Lokalen Berichten zufolge erhielt Thales von der italienischen Raumfahrtbehörde einen Auftrag über 100 Millionen Euro für den Aufbau eines Netzwerks von Satellitenfabriken in ganz Italien, das bis 2026 vollständig betriebsbereit sein soll.

Italien investiert außerdem in eine Konstellation von Erdbeobachtungssatelliten, die Umweltveränderungen überwachen und wichtige Dienste im Land unterstützen sollen. Der erste Start für die zukünftige Iride-Konstellation erfolgte im Januar 2025.

Das Land arbeitet mit Deutschland und Frankreich an der Entwicklung mehrerer europäischer Trägerraketen, darunter der Ariane 6 und ihrer kleineren Schwester Vega-C.

Vereinigtes Königreich

Der im September veröffentlichte Plan der britischen Weltraumbehörde sieht vor, den Weltraum zu nutzen, um die Wirtschaft des Landes zu stärken, die Sicherheit zu erhöhen und weiterhin „globale Entdeckungen zu ermöglichen, die Millionen inspirieren“.

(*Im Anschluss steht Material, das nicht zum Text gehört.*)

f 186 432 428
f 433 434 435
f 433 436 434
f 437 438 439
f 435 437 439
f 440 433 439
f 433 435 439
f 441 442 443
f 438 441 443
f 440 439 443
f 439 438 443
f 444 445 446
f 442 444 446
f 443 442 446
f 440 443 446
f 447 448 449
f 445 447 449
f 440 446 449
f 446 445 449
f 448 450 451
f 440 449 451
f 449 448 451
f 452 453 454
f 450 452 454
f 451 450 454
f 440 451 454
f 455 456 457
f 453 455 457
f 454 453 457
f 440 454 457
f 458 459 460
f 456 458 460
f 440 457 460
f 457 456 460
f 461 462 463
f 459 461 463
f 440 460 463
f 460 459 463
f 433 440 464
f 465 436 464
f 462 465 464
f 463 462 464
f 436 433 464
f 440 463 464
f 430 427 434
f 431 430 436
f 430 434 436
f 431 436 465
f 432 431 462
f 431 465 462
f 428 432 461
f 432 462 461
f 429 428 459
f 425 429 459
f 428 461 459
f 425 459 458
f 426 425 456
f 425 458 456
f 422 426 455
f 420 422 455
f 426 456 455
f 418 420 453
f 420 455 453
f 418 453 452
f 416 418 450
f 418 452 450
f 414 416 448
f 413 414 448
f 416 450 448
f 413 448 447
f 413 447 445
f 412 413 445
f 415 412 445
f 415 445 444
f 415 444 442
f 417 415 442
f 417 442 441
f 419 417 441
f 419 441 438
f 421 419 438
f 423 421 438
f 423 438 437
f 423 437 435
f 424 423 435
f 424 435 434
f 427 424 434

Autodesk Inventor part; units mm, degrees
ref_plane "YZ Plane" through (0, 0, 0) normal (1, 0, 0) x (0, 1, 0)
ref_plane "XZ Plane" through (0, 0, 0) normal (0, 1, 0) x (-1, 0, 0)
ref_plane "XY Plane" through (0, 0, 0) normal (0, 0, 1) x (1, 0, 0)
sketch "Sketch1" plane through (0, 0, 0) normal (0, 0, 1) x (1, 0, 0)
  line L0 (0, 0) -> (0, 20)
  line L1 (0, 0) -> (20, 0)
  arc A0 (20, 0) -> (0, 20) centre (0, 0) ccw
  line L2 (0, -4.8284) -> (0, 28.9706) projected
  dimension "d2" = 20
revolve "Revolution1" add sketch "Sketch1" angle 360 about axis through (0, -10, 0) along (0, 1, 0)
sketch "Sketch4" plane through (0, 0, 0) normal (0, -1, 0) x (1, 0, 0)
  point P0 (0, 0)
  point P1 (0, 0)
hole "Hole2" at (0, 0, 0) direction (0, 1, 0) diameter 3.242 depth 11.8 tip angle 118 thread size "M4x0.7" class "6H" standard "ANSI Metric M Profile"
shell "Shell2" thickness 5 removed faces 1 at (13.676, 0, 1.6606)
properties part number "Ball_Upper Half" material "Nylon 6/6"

Das Land wird in kleine Startkapazitäten wie Trägerraketen, umweltfreundliche Weltraumhäfen und die Entwicklung von Nischen in der Satellitenkommunikation investieren.

Auch aus Großbritannien gibt es Bestrebungen, die richtigen Kapazitäten für die Reparatur, Aufrüstung oder Montage von Satelliten im Orbit aufzubauen.

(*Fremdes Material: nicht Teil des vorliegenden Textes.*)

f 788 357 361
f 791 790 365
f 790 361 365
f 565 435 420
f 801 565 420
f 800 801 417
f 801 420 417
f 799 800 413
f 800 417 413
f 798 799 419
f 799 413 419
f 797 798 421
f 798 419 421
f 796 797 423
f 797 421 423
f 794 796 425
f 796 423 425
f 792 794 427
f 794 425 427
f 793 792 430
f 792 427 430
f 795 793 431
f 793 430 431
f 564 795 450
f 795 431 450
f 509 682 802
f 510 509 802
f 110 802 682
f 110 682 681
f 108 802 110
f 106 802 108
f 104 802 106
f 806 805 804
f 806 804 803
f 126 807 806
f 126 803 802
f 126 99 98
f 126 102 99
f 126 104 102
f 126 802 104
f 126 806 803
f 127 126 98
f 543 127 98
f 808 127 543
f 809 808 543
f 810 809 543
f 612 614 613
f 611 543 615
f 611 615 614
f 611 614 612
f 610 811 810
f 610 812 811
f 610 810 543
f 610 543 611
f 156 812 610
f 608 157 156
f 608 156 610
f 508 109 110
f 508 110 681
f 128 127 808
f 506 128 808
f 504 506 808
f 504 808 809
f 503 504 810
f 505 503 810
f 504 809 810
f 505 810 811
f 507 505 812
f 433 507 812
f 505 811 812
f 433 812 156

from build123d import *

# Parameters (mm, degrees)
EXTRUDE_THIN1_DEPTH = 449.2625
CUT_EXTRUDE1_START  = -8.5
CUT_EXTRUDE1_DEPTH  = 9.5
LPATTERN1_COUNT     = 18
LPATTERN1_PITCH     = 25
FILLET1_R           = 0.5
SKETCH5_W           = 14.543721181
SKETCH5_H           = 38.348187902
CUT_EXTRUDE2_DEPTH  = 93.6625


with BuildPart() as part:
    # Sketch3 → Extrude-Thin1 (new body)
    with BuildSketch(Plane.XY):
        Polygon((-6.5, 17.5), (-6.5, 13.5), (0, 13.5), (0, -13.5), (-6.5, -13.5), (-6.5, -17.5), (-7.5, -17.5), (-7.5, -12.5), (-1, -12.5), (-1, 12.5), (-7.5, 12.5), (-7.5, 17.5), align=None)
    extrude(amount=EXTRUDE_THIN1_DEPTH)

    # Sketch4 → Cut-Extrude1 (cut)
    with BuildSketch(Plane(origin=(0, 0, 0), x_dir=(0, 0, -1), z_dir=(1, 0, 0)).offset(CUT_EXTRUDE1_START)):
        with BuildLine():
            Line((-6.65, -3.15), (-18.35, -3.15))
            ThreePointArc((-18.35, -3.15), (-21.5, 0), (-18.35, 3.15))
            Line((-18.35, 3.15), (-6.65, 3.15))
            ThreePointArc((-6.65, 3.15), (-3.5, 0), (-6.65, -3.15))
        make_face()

Die britische Weltraumbehörde sagt, sie werde ihre Pläne durch den Aufbau integrativer Arbeitsplätze, die Talente anziehen und halten, durch mehr Investitionen in Wissenschaft und Innovation sowie durch internationale Partnerschaften verwirklichen.

Schweden

Das nordische Land startete 2024 seine erste Verteidigungs- und Sicherheitsraumstrategie.

Die Strategie basiert auf vier Säulen: Autonomie im Weltraum, Entwicklung eines „robusten Portfolios“ von Weltraumressourcen zur Unterstützung der Landesverteidigung, kollektive Sicherheit und Entwicklung des relevanten Wissens für Verteidigungsprojekte.

Zu diesem Zweck werde der Staat laut Strategie die Zusammenarbeit zwischen Regierungsbehörden und privaten Unternehmen im Raumfahrtsektor ausbauen und möglicherweise die Raumfahrtgesetzgebung anpassen.

Die Regierung hat den schwedischen Streitkräften außerdem 1 Milliarde SEK (914 Millionen Euro) für Aufklärung und Überwachung bereitgestellt.

Laut Verteidigungspolitik ist Schweden aufgrund seiner Lage in der Nähe des Nordpols ein idealer Standort für den Betrieb, die Überwachung und den Start insbesondere von Polarsatelliten.

Schwedens Strategie sah vor, Startkapazitäten für den Weltraumbahnhof Esrange, einen Startplatz im Norden, aufzubauen. Nach Angaben der Swedish Space Corporation wird Firefly Aerospace im nächsten Jahr Satelliten von der Station aus starten.

Die Niederlande

Der Weltraum ist einer der Schlüsselbereiche, die die Niederlande in ihrer niederländischen Verteidigungsstrategie für das Ende des Jahrzehnts identifiziert haben.

Darin werden eine Reihe von Weltraumzielen für die nächsten vier Jahre festgelegt. Bis 2027 wird das Militär über ein Netzwerk von Satelliten verfügen, die es mit zuverlässigen Informationen versorgen.

Bis 2030 wollen die Niederländer fortschrittliche Algorithmen der künstlichen Intelligenz (KI) nutzen, um Objekte im Weltraum zu verfolgen, Erdbeobachtungen aufzuzeichnen und die Satellitenkommunikation zu koordinieren.

Gleichzeitig strebt das Militär den Zugang zu einem europäischen Frühwarnsystem zur Unterstützung der Luft- und Raketenabwehr an.

Die Verteidigungspolitik im Weltraum geht in den Niederlanden mit der Defence Space Agenda auf das Jahr 2022 zurück.

Das Land sagte, es werde sechs Kapazitäten aufbauen: Weltraumsituationsbewusstsein (SSA), Aufklärung, Satellitenkommunikation, Positionierung/Navigation/Timing, gemeinsame Frühwarnung und Überwachung des Weltraumwetters.